Last night, I ended up having 'Alice in Wonderland Rabbit Hole-esque' conversation with two of my housemates. They are both Gen Z, British, and attend UAL.
The conversation started with who our type of men are. While I listed off how I'd want to marry Kevin Costner, but the love of my life is Nick Carter, that I have a soft spot for Nick Cannon, Tyrese, and Ryan Seacrest, but I would leave everything for Eminem, and the Snoop Dogg has an effect on me like no other man, but the man of all men is Michael Jackson, but just as Voldermort, we don't talk about Michael Jackson because I'm not ready for that conversation yet... my friend was Googling all these names because she's not heard of most of them.
It wasn't because they are not famous now, it occurred to me that it was not in their niche interests. With their love for anime, cosplay, gaming, and niche music I probably don't know, these people didn't enter their circles... or they could just be too old. :D
This conversation lead to a few other topics. I will do my best to take this post through the key points I want to highlight here.
Somewhere along the way after the conversation about ghosts and exchanging ghost stories, and before we talking about how I look like Rainbow Dash from My Little Pony (this is where we got up to go to bed, because the sleepiness was threatening to give hallucinations), we talked about dating.
As someone who attended university in a small town (Canterbury, where it took 45 minutes to walk from one end to the other), with three universities, and having no smart phones, I wanted to know if the 'cuteness' of dating was still alive. The experience of seeing someone interesting across the room, catching their eye, letting them know of the moment, and going with wherever it leads to; whether it's a dance or late night drinks at their place.
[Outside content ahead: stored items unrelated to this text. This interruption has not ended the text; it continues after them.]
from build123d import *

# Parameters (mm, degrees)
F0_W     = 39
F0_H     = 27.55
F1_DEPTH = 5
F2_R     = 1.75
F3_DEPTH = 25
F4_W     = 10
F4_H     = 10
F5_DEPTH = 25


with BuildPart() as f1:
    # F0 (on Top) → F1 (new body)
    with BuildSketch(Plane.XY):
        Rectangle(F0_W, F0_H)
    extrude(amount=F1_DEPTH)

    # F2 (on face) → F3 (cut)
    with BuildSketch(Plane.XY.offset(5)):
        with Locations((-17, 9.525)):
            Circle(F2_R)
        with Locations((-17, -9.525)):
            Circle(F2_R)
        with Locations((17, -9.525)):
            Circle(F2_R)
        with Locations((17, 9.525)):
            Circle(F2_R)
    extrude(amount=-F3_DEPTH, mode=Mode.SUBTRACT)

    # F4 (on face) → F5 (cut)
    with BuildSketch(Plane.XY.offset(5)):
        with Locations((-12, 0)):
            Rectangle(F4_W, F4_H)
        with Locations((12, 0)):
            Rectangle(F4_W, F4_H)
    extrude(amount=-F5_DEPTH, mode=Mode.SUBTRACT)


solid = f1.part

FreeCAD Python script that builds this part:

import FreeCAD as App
import Part
import Sketcher
Q = App.Units.Quantity


def add_polygon(sketch, points):
    """Adds a closed chain of lines whose ends are joined by coincident constraints."""
    first, n = sketch.GeometryCount, len(points)
    for a, b in zip(points, points[1:] + points[:1]):
        sketch.addGeometry(Part.LineSegment(App.Vector(*a, 0), App.Vector(*b, 0)), False)
    for i in range(n):
        sketch.addConstraint(Sketcher.Constraint("Coincident", first + i, 2, first + (i + 1) % n, 1))

doc = App.newDocument("Part")
body = doc.addObject("PartDesign::Body", "Body")

# Sketch on XY plane
sketch1 = body.newObject("Sketcher::SketchObject", "Sketch")
sketch1.AttachmentSupport = (doc.getObject("XY_Plane"), [""])
sketch1.MapMode = "FlatFace"
add_polygon(sketch1, [(-20, 14), (-20, -14), (20, -14), (20, 14)])  # lines 0-3
sketch1.addConstraint([
    Sketcher.Constraint("Vertical", 0),
    Sketcher.Constraint("Horizontal", 1),
    Sketcher.Constraint("Vertical", 2),
    Sketcher.Constraint("Horizontal", 3),
    Sketcher.Constraint("Symmetric", 0, 2, 2, 2, -1, 1),
    Sketcher.Constraint("DistanceX", 1, 1, 1, 2, Q("39 mm")),
    Sketcher.Constraint("DistanceY", 0, 2, 0, 1, Q("27.55 mm")),
])
pad1 = body.newObject("PartDesign::Pad", "Pad")
pad1.Profile = sketch1
pad1.Length = 5

# Sketch on XY plane
sketch2 = body.newObject("Sketcher::SketchObject", "Sketch001")
sketch2.AttachmentSupport = (doc.getObject("XY_Plane"), [""])
sketch2.MapMode = "FlatFace"
sketch2.AttachmentOffset = App.Placement(App.Vector(0, 0, 5), App.Rotation())
sketch2.addGeometry([
    Part.Circle(App.Vector(-17, 9.5, 0), App.Vector(0, 0, 1), 1.8),
    Part.Circle(App.Vector(-17, -9.5, 0), App.Vector(0, 0, 1), 1.8),
    Part.Circle(App.Vector(17, -9.5, 0), App.Vector(0, 0, 1), 1.8),
    Part.Circle(App.Vector(17, 9.5, 0), App.Vector(0, 0, 1), 1.8),
], False)
sketch2.addConstraint([
    Sketcher.Constraint("Equal", 0, 1),
    Sketcher.Constraint("Equal", 1, 2),
    Sketcher.Constraint("Equal", 2, 3),
    Sketcher.Constraint("Symmetric", 0, 3, 2, 3, -1, 1),
    Sketcher.Constraint("Symmetric", 1, 3, 3, 3, -1, 1),
    Sketcher.Constraint("Symmetric", 1, 3, 2, 3, -2),
    Sketcher.Constraint("Diameter", 0, Q("3.5 mm")),
    Sketcher.Constraint("DistanceX", 0, 3, -1, 1, Q("17 mm")),
    Sketcher.Constraint("DistanceY", 1, 3, 0, 3, Q("19.05 mm")),
])
pocket1 = body.newObject("PartDesign::Pocket", "Pocket")
pocket1.Profile = sketch2
pocket1.Length = 25

# Sketch on XY plane
sketch3 = body.newObject("Sketcher::SketchObject", "Sketch002")
sketch3.AttachmentSupport = (doc.getObject("XY_Plane"), [""])
sketch3.MapMode = "FlatFace"
sketch3.AttachmentOffset = App.Placement(App.Vector(0, 0, 5), App.Rotation())
add_polygon(sketch3, [(-17, 5), (-17, -5), (-7, -5), (-7, 5)])  # lines 0-3
add_polygon(sketch3, [(7, 5), (7, -5), (17, -5), (17, 5)])  # lines 4-7
sketch3.addConstraint([
    Sketcher.Constraint("Vertical", 0),
    Sketcher.Constraint("Horizontal", 1),
    Sketcher.Constraint("Vertical", 2),
    Sketcher.Constraint("Horizontal", 3),
    Sketcher.Constraint("Vertical", 4),
    Sketcher.Constraint("Horizontal", 5),
    Sketcher.Constraint("Vertical", 6),
    Sketcher.Constraint("Horizontal", 7),
    Sketcher.Constraint("Symmetric", 2, 2, 4, 2, -1, 1),
    Sketcher.Constraint("Symmetric", 0, 2, 6, 2, -1, 1),
    Sketcher.Constraint("Horizontal", 1, 2, 4, 2),
    Sketcher.Constraint("Equal", 7, 0),
    Sketcher.Constraint("DistanceX", 1, 1, 1, 2, Q("10 mm")),
    Sketcher.Constraint("DistanceX", 0, 2, -1, 1, Q("17 mm")),
])
pocket2 = body.newObject("PartDesign::Pocket", "Pocket001")
pocket2.Profile = sketch3
pocket2.Length = 25

doc.recompute()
A genuine question I asked to kickstart this rabbit hole was 'With consent being a very highlighted factor now, do people ever take the initiative anymore?' I am not 20 anymore, and I don't live that life anymore. I was genuinely curious to know the dynamics of dating and how the current world setting affects it.
A few things stood out:
One: Dating apps
The one night stand concept is now easily found through dating apps.
Two: Strange Places
Going to a stranger's place is an actual fear out of (a) recording devices and (b) being physically harmed.
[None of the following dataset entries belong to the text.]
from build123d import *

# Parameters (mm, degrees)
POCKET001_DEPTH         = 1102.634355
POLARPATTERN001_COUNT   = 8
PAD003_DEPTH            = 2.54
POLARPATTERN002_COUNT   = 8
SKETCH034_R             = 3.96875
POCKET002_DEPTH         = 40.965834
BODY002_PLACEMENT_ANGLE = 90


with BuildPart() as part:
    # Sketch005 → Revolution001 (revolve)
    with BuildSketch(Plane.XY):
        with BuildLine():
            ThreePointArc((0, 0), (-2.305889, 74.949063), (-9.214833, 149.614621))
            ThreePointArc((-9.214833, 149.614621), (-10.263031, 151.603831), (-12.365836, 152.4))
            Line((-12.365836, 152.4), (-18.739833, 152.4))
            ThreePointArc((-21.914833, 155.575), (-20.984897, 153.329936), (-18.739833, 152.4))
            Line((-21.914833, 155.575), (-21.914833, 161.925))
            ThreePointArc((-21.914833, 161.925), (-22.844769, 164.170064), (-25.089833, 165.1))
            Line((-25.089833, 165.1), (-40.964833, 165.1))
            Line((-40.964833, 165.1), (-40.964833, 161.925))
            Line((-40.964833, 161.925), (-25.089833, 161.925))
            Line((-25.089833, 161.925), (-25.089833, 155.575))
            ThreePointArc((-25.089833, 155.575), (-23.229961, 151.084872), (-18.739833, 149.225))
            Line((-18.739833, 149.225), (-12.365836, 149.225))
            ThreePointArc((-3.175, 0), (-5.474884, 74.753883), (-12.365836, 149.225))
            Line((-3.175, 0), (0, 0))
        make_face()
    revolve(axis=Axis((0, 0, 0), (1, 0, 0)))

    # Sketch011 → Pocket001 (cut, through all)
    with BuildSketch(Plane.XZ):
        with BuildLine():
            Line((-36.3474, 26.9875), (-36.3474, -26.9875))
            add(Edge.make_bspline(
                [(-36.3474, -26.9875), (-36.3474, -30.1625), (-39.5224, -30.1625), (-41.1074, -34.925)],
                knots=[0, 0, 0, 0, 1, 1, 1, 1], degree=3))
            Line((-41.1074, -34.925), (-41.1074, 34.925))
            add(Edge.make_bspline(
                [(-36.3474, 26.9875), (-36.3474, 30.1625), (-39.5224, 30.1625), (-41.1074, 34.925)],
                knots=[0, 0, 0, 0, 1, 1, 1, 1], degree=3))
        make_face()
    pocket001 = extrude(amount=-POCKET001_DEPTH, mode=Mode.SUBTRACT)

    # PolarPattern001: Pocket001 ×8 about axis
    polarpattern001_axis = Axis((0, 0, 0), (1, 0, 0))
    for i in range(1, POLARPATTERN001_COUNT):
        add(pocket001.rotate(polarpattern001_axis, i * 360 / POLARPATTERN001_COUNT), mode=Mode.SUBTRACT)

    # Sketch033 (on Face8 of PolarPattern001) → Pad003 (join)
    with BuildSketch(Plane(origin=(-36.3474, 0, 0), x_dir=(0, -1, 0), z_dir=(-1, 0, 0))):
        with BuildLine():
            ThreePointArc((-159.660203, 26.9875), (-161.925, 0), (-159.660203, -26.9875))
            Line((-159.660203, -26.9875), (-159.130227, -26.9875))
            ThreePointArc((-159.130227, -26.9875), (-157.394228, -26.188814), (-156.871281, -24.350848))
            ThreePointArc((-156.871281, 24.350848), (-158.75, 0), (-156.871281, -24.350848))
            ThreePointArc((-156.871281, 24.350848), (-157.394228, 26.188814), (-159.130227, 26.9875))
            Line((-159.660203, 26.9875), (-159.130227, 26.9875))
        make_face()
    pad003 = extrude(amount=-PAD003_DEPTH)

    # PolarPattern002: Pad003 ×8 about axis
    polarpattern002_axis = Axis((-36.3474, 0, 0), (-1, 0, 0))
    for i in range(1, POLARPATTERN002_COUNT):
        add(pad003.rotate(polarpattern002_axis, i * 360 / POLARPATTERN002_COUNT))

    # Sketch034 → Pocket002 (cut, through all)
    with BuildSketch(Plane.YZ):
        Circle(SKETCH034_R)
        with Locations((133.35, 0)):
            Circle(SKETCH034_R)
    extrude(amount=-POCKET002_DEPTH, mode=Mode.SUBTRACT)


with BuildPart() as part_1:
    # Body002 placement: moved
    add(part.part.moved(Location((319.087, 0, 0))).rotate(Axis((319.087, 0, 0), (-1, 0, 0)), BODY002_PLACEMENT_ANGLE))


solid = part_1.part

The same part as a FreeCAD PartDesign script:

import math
import FreeCAD as App
import Part
import Sketcher

V = App.Vector
Q = App.Units.Quantity

doc = App.newDocument("Part")
params = doc.addObject("Spreadsheet::Sheet", "Params")
for row, (alias, value) in enumerate([
    ("sketch1_radius", "0.25 in"),
    ("sketch1_height", "0.25 in"),
    ("sketch1_width", "0.625 in"),
    ("revolution_angle", "360 deg"),
    ("sketch3_radius", "0.09 in"),
    ("pad1_length", "0.1 in"),
    ("sketch4_diameter", "0.3125 in"),
], start=1):
    params.set(f"A{row}", alias)
    params.set(f"B{row}", "=" + value)
    params.setAlias(f"B{row}", alias)

body = doc.addObject("PartDesign::Body", "Body")

sketch1 = body.newObject("Sketcher::SketchObject", "Sketch")
sketch1.AttachmentSupport = (doc.getObject("XY_Plane"), [""])
sketch1.MapMode = "FlatFace"
sketch1.addGeometry([
    Part.ArcOfCircle(Part.Circle(V(-1219.200034, -0.000005, 0), V(0, 0, 1), 1219.200034), math.radians(0), math.radians(7.048842)),
    Part.ArcOfCircle(Part.Circle(V(-12.365836, 149.225001, 0), V(0, 0, 1), 3.174999), math.radians(7.048826), math.radians(90.000007)),
    Part.LineSegment(V(-12.365836, 152.4, 0), V(-18.739833, 152.4, 0)),
    Part.ArcOfCircle(Part.Circle(V(-18.739833, 155.575, 0), V(0, 0, 1), 3.175), math.radians(-179.999998), math.radians(-90.000002)),
    Part.LineSegment(V(-21.914833, 155.575, 0), V(-21.914833, 161.925, 0)),
    Part.ArcOfCircle(Part.Circle(V(-25.089833, 161.925, 0), V(0, 0, 1), 3.175), math.radians(0.000002), math.radians(89.999998)),
    Part.LineSegment(V(-25.089833, 165.1, 0), V(-40.964833, 165.1, 0)),
    Part.LineSegment(V(-40.964833, 165.1, 0), V(-40.964833, 161.925, 0)),
    Part.LineSegment(V(-40.964833, 161.925, 0), V(-25.089833, 161.925, 0)),
    Part.LineSegment(V(-25.089833, 161.925, 0), V(-25.089833, 155.575, 0)),
    Part.ArcOfCircle(Part.Circle(V(-18.739833, 155.575, 0), V(0, 0, 1), 6.35), math.radians(-179.999998), math.radians(-90.000002)),
    Part.LineSegment(V(-18.739833, 149.225, 0), V(-12.365836, 149.225, 0)),
    Part.ArcOfCircle(Part.Circle(V(-1219.20002, -0.000003, 0), V(0, 0, 1), 1216.02502), math.radians(0), math.radians(7.048842)),
    Part.LineSegment(V(-3.175, 0, 0), V(0, 0, 0)),
], False)
sketch1.addConstraint([
    Sketcher.Constraint("Tangent", 0, 2, 1, 1),
    Sketcher.Constraint("Tangent", 1, 2, 2, 1),
    Sketcher.Constraint("Tangent", 2, 2, 3, 2),
    Sketcher.Constraint("Tangent", 3, 1, 4, 1),
    Sketcher.Constraint("Tangent", 4, 2, 5, 1),
    Sketcher.Constraint("Tangent", 5, 2, 6, 1),
    Sketcher.Constraint("Coincident", 6, 2, 7, 1),
    Sketcher.Constraint("Coincident", 7, 2, 8, 1),
    Sketcher.Constraint("Coincident", 8, 2, 9, 1),
    Sketcher.Constraint("Tangent", 9, 2, 10, 1),
    Sketcher.Constraint("Tangent", 10, 2, 11, 1),
    Sketcher.Constraint("Coincident", 11, 2, 12, 2),
    Sketcher.Constraint("Coincident", 12, 1, 13, 1),
    Sketcher.Constraint("Coincident", 13, 2, 0, 1),
    Sketcher.Constraint("Horizontal", 2),
    Sketcher.Constraint("Vertical", 4),
    Sketcher.Constraint("Horizontal", 6),
    Sketcher.Constraint("Vertical", 7),
    Sketcher.Constraint("Horizontal", 8),
    Sketcher.Constraint("Vertical", 9),
    Sketcher.Constraint("Horizontal", 11),
    Sketcher.Constraint("Horizontal", 13),
    Sketcher.Constraint("Coincident", 13, 2, -1, 1),
    Sketcher.Constraint("Coincident", 10, 3, 3, 3),
    Sketcher.Constraint("Coincident", 8, 2, 5, 3),
    Sketcher.Constraint("Coincident", 11, 2, 1, 3),
    Sketcher.Constraint("Equal", 1, 3),
    Sketcher.Constraint("Horizontal", 0, 3, 12, 3),
    Sketcher.Constraint("Equal", 13, 7),
    Sketcher.Constraint("Radius", 10, Q("0.25 in")),
    Sketcher.Constraint("DistanceY", -1, 1, 1, 2, Q("6 in")),
    Sketcher.Constraint("DistanceY", 4, 1, 4, 2, Q("0.25 in")),
    Sketcher.Constraint("DistanceX", 6, 2, 6, 1, Q("0.625 in")),
    Sketcher.Constraint("Radius", 12, 1216.02502),
    Sketcher.Constraint("DistanceY", 0, 3, 3, 3, Q("6.1250002 in")),
    Sketcher.Constraint("DistanceX", 0, 3, 3, 3, 1200.460201),
])
sketch1.setExpression("Constraints[29]", "Params.sketch1_radius")
sketch1.setExpression("Constraints[31]", "Params.sketch1_height")
sketch1.setExpression("Constraints[32]", "Params.sketch1_width")
revolution = body.newObject("PartDesign::Revolution", "Revolution")
revolution.Profile = sketch1
revolution.ReferenceAxis = (sketch1, ["H_Axis"])
revolution.setExpression("Angle", "Params.revolution_angle")

sketch2 = body.newObject("Sketcher::SketchObject", "Sketch001")
sketch2.AttachmentSupport = (doc.getObject("XZ_Plane"), [""])
sketch2.MapMode = "FlatFace"
sketch2.addGeometry([
    Part.LineSegment(V(-36.3474, -26.9875, 0), V(-36.3474, 26.9875, 0)),
    Part.BSplineCurve([V(-36.3474, 26.9875, 0), V(-36.3474, 30.1625, 0), V(-39.5224, 30.1625, 0), V(-41.1074, 34.925, 0)], [4, 4], [0, 1], False, 3, [1, 1, 1, 1], False),
    Part.LineSegment(V(-41.1074, 34.925, 0), V(-41.1074, -34.925, 0)),
    Part.BSplineCurve([V(-36.3474, -26.9875, 0), V(-36.3474, -30.1625, 0), V(-39.5224, -30.1625, 0), V(-41.1074, -34.925, 0)], [4, 4], [0, 1], False, 3, [1, 1, 1, 1], False),
], False)
sketch2.addConstraint([
    Sketcher.Constraint("Block", 1),
    Sketcher.Constraint("Block", 3),
    Sketcher.Constraint("Coincident", 0, 2, 1, 1),
    Sketcher.Constraint("Coincident", 1, 2, 2, 1),
    Sketcher.Constraint("Coincident", 2, 2, 3, 2),
    Sketcher.Constraint("Coincident", 3, 1, 0, 1),
])
pocket1 = body.newObject("PartDesign::Pocket", "Pocket")
pocket1.Profile = sketch2
pocket1.Type = "ThroughAll"
doc.recompute()

polarpattern = body.newObject("PartDesign::PolarPattern", "PolarPattern")
polarpattern.Originals = [pocket1]
polarpattern.Axis = (doc.getObject("X_Axis"), [""])
polarpattern.Angle = 360
polarpattern.Occurrences = 8
body.Tip = polarpattern

sketch3 = body.newObject("Sketcher::SketchObject", "Sketch002")
sketch3.AttachmentSupport = (doc.getObject("YZ_Plane"), [""])
sketch3.MapMode = "FlatFace"
sketch3.AttachmentOffset = App.Placement(V(0, 0, -1.431 * 25.4), App.Rotation())
sketch3.addGeometry([
    Part.ArcOfCircle(Part.Circle(V(0.00001, 0, 0), V(0, 0, 1), 161.92499), math.radians(-9.594069), math.radians(9.594069)),
    Part.LineSegment(V(159.660203, -26.9875, 0), V(159.130227, -26.9875, 0)),
    Part.ArcOfCircle(Part.Circle(V(159.130227, -24.7015, 0), V(0, 0, 1), 2.286), math.radians(171.176491), math.radians(270.000001)),
    Part.ArcOfCircle(Part.Circle(V(-0.000027, 0, 0), V(0, 0, 1), 158.750027), math.radians(-8.8235), math.radians(8.8235)),
    Part.ArcOfCircle(Part.Circle(V(159.130227, 24.7015, 0), V(0, 0, 1), 2.286), math.radians(89.999999), math.radians(188.823509)),
    Part.LineSegment(V(159.130227, 26.9875, 0), V(159.660203, 26.9875, 0)),
], False)
sketch3.addConstraint([
    Sketcher.Constraint("Coincident", 0, 1, 1, 1),
    Sketcher.Constraint("Tangent", 1, 2, 2, 2),
    Sketcher.Constraint("Tangent", 2, 1, 3, 1),
    Sketcher.Constraint("Tangent", 3, 2, 4, 2),
    Sketcher.Constraint("Tangent", 4, 1, 5, 1),
    Sketcher.Constraint("Coincident", 5, 2, 0, 2),
    Sketcher.Constraint("Horizontal", 1),
    Sketcher.Constraint("Horizontal", 5),
    Sketcher.Constraint("Equal", 2, 4),
    Sketcher.Constraint("Symmetric", 2, 3, 4, 3, -1),
    Sketcher.Constraint("PointOnObject", 0, 3, -1),
    Sketcher.Constraint("Radius", 2, Q("0.09 in")),
    Sketcher.Constraint("DistanceY", 0, 1, -1, 1, Q("1.0625 in")),
    Sketcher.Constraint("Radius", 0, 161.92499),
    Sketcher.Constraint("Radius", 3, 158.750027),
    Sketcher.Constraint("DistanceX", 2, 1, 0, 1, Q("0.1098001 in")),
    Sketcher.Constraint("DistanceX", -1, 1, 2, 1, 156.871281),
])
sketch3.setExpression("Constraints[11]", "Params.sketch3_radius")
pad1 = body.newObject("PartDesign::Pad", "Pad")
pad1.Profile = sketch3
pad1.setExpression("Length", "Params.pad1_length")
doc.recompute()

polarpattern2 = body.newObject("PartDesign::PolarPattern", "PolarPattern001")
polarpattern2.Originals = [pad1]
polarpattern2.Axis = (doc.getObject("X_Axis"), [""])
polarpattern2.Angle = 360
polarpattern2.Occurrences = 8
body.Tip = polarpattern2

sketch4 = body.newObject("Sketcher::SketchObject", "Sketch003")
sketch4.AttachmentSupport = (doc.getObject("YZ_Plane"), [""])
sketch4.MapMode = "FlatFace"
sketch4.addGeometry([
    Part.Circle(V(0, 0, 0), V(0, 0, 1), 3.96875),
    Part.Circle(V(133.35, 0, 0), V(0, 0, 1), 3.96875),
], False)
sketch4.addConstraint([
    Sketcher.Constraint("Coincident", 0, 3, -1, 1),
    Sketcher.Constraint("Equal", 0, 1),
    Sketcher.Constraint("PointOnObject", 1, 3, -1),
    Sketcher.Constraint("Diameter", 0, Q("0.3125 in")),
    Sketcher.Constraint("DistanceX", -1, 1, 1, 3, Q("5.25 in")),
])
sketch4.setExpression("Constraints[3]", "Params.sketch4_diameter")
pocket2 = body.newObject("PartDesign::Pocket", "Pocket001")
pocket2.Profile = sketch4
pocket2.Type = "ThroughAll"
body2 = doc.addObject("PartDesign::Body", "Body001")
doc.recompute()

body.Placement = App.Placement(V(319.087, 0, 0), App.Rotation(V(-1, 0, 0), 90))
boolean = body2.newObject("PartDesign::Boolean", "Boolean")
boolean.Type = "Fuse"
boolean.addObjects([body])

doc.recompute()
Going up to a person and initiating conversation is difficult. However, the importance of consent over takes the emotions. I don't have enough information to derive a conclusion from this. What I can take out of this conversation is further emphasis that the 'fears' of this generation is different from other generations'. The smartphone, the internet, and social media is shaping the lifestyle of not only Gen Z, but of every generation. It's shaping the 'times' we live in.